### TASK DETAILS
Please output the data below exactly as given, starting at its first line and stopping after the line that contains "#406=EDGE_LOOP('',(#405));".

### INFORMATION SUPPLIED
■ ■ ■ ■ ■

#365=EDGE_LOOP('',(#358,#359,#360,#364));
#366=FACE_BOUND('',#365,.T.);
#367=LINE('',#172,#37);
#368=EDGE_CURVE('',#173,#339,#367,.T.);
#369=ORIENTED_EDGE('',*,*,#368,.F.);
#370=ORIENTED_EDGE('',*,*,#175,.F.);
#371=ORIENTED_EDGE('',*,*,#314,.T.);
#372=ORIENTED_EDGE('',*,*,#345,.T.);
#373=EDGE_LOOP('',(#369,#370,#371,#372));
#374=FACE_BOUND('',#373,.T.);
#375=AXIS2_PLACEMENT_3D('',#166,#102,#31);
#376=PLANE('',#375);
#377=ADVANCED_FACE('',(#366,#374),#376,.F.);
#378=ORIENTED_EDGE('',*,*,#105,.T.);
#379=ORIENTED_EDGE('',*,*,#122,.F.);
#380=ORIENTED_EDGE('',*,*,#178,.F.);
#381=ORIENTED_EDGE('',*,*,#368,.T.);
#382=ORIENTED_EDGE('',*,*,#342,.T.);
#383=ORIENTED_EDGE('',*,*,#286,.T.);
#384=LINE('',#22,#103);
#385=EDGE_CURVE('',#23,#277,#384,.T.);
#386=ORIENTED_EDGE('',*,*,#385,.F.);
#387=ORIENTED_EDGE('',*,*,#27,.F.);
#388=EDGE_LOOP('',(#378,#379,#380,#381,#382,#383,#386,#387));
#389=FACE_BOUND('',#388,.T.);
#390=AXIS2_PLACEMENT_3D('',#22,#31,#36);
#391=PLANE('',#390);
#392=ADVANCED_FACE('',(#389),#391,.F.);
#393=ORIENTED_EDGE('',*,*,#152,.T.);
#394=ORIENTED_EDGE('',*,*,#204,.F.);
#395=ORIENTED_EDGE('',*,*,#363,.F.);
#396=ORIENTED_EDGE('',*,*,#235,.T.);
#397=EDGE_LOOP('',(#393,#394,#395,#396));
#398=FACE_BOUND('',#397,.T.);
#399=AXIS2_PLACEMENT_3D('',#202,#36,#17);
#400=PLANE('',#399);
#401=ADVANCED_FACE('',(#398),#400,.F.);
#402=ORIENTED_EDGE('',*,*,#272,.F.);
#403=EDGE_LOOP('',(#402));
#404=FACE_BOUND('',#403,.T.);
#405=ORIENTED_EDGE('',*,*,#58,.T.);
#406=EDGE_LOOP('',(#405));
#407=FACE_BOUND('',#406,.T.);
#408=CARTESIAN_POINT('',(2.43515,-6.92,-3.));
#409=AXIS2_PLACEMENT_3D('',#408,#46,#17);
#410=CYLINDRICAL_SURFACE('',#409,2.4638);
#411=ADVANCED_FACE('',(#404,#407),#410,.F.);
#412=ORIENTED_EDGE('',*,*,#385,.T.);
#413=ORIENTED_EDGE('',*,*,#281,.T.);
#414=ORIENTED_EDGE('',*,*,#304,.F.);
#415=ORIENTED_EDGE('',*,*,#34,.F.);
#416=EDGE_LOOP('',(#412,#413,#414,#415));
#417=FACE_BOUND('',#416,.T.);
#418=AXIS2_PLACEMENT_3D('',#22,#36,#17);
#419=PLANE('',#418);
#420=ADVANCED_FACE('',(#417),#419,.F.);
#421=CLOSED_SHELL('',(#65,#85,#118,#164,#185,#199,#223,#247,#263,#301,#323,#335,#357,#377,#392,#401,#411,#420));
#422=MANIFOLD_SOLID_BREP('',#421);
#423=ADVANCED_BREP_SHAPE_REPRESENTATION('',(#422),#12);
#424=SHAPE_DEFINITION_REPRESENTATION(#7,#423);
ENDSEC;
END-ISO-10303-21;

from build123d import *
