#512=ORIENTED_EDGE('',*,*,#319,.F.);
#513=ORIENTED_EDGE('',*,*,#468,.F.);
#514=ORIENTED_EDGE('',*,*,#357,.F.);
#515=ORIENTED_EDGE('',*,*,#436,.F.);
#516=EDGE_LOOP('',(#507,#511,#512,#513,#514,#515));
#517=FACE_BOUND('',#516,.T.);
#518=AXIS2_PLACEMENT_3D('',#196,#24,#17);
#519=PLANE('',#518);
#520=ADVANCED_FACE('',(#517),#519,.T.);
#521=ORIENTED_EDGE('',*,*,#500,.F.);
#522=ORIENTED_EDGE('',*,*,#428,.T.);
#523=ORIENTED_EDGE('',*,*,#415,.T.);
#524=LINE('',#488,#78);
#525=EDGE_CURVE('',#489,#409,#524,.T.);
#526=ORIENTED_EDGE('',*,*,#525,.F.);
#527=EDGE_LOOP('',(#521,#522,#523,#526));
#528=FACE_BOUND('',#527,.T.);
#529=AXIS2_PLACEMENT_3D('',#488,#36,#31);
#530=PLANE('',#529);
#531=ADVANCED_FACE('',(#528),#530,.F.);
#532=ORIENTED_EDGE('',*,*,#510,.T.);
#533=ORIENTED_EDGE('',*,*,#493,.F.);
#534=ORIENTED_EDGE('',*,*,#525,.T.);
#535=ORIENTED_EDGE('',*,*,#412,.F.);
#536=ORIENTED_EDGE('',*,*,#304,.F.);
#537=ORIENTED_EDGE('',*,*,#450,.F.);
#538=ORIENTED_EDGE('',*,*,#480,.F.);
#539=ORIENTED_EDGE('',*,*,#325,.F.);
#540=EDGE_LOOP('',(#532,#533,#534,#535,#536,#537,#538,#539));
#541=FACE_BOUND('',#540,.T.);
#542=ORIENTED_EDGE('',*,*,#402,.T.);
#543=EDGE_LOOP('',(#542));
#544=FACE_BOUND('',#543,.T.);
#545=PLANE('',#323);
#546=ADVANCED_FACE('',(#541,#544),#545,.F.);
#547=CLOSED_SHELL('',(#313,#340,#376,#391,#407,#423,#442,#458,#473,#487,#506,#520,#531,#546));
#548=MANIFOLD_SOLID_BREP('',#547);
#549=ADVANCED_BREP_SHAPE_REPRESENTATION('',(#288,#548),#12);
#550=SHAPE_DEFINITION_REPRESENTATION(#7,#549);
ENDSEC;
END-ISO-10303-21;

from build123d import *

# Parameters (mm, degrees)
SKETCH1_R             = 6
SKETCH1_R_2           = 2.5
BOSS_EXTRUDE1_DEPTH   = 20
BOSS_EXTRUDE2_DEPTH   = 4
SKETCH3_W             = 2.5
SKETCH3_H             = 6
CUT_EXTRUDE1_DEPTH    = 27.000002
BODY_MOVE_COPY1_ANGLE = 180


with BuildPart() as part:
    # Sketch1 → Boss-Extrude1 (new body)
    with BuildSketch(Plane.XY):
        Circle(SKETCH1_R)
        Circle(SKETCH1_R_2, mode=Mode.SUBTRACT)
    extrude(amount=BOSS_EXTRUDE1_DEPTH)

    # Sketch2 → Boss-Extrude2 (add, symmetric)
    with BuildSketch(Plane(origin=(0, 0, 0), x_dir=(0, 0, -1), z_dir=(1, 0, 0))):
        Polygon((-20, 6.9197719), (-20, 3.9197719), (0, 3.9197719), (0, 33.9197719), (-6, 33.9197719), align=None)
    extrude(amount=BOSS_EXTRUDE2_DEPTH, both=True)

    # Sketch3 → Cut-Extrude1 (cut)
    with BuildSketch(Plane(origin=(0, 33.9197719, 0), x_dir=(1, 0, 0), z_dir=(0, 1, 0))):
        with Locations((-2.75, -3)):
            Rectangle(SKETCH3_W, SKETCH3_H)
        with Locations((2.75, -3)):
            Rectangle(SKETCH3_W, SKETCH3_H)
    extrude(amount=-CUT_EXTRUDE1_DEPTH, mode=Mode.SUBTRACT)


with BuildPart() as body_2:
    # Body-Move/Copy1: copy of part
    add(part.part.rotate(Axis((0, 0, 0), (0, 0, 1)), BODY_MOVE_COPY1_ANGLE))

■ ■ ■ ■ ■

### SOLUTION
#365=EDGE_LOOP('',(#358,#359,#360,#364));
#366=FACE_BOUND('',#365,.T.);
#367=LINE('',#172,#37);
#368=EDGE_CURVE('',#173,#339,#367,.T.);
#369=ORIENTED_EDGE('',*,*,#368,.F.);
#370=ORIENTED_EDGE('',*,*,#175,.F.);
#371=ORIENTED_EDGE('',*,*,#314,.T.);
#372=ORIENTED_EDGE('',*,*,#345,.T.);
#373=EDGE_LOOP('',(#369,#370,#371,#372));
#374=FACE_BOUND('',#373,.T.);
#375=AXIS2_PLACEMENT_3D('',#166,#102,#31);
#376=PLANE('',#375);
#377=ADVANCED_FACE('',(#366,#374),#376,.F.);
#378=ORIENTED_EDGE('',*,*,#105,.T.);
#379=ORIENTED_EDGE('',*,*,#122,.F.);
#380=ORIENTED_EDGE('',*,*,#178,.F.);
#381=ORIENTED_EDGE('',*,*,#368,.T.);
#382=ORIENTED_EDGE('',*,*,#342,.T.);
#383=ORIENTED_EDGE('',*,*,#286,.T.);
#384=LINE('',#22,#103);
#385=EDGE_CURVE('',#23,#277,#384,.T.);
#386=ORIENTED_EDGE('',*,*,#385,.F.);
#387=ORIENTED_EDGE('',*,*,#27,.F.);
#388=EDGE_LOOP('',(#378,#379,#380,#381,#382,#383,#386,#387));
#389=FACE_BOUND('',#388,.T.);
#390=AXIS2_PLACEMENT_3D('',#22,#31,#36);
#391=PLANE('',#390);
#392=ADVANCED_FACE('',(#389),#391,.F.);
#393=ORIENTED_EDGE('',*,*,#152,.T.);
#394=ORIENTED_EDGE('',*,*,#204,.F.);
#395=ORIENTED_EDGE('',*,*,#363,.F.);
#396=ORIENTED_EDGE('',*,*,#235,.T.);
#397=EDGE_LOOP('',(#393,#394,#395,#396));
#398=FACE_BOUND('',#397,.T.);
#399=AXIS2_PLACEMENT_3D('',#202,#36,#17);
#400=PLANE('',#399);
#401=ADVANCED_FACE('',(#398),#400,.F.);
#402=ORIENTED_EDGE('',*,*,#272,.F.);
#403=EDGE_LOOP('',(#402));
#404=FACE_BOUND('',#403,.T.);
#405=ORIENTED_EDGE('',*,*,#58,.T.);
#406=EDGE_LOOP('',(#405));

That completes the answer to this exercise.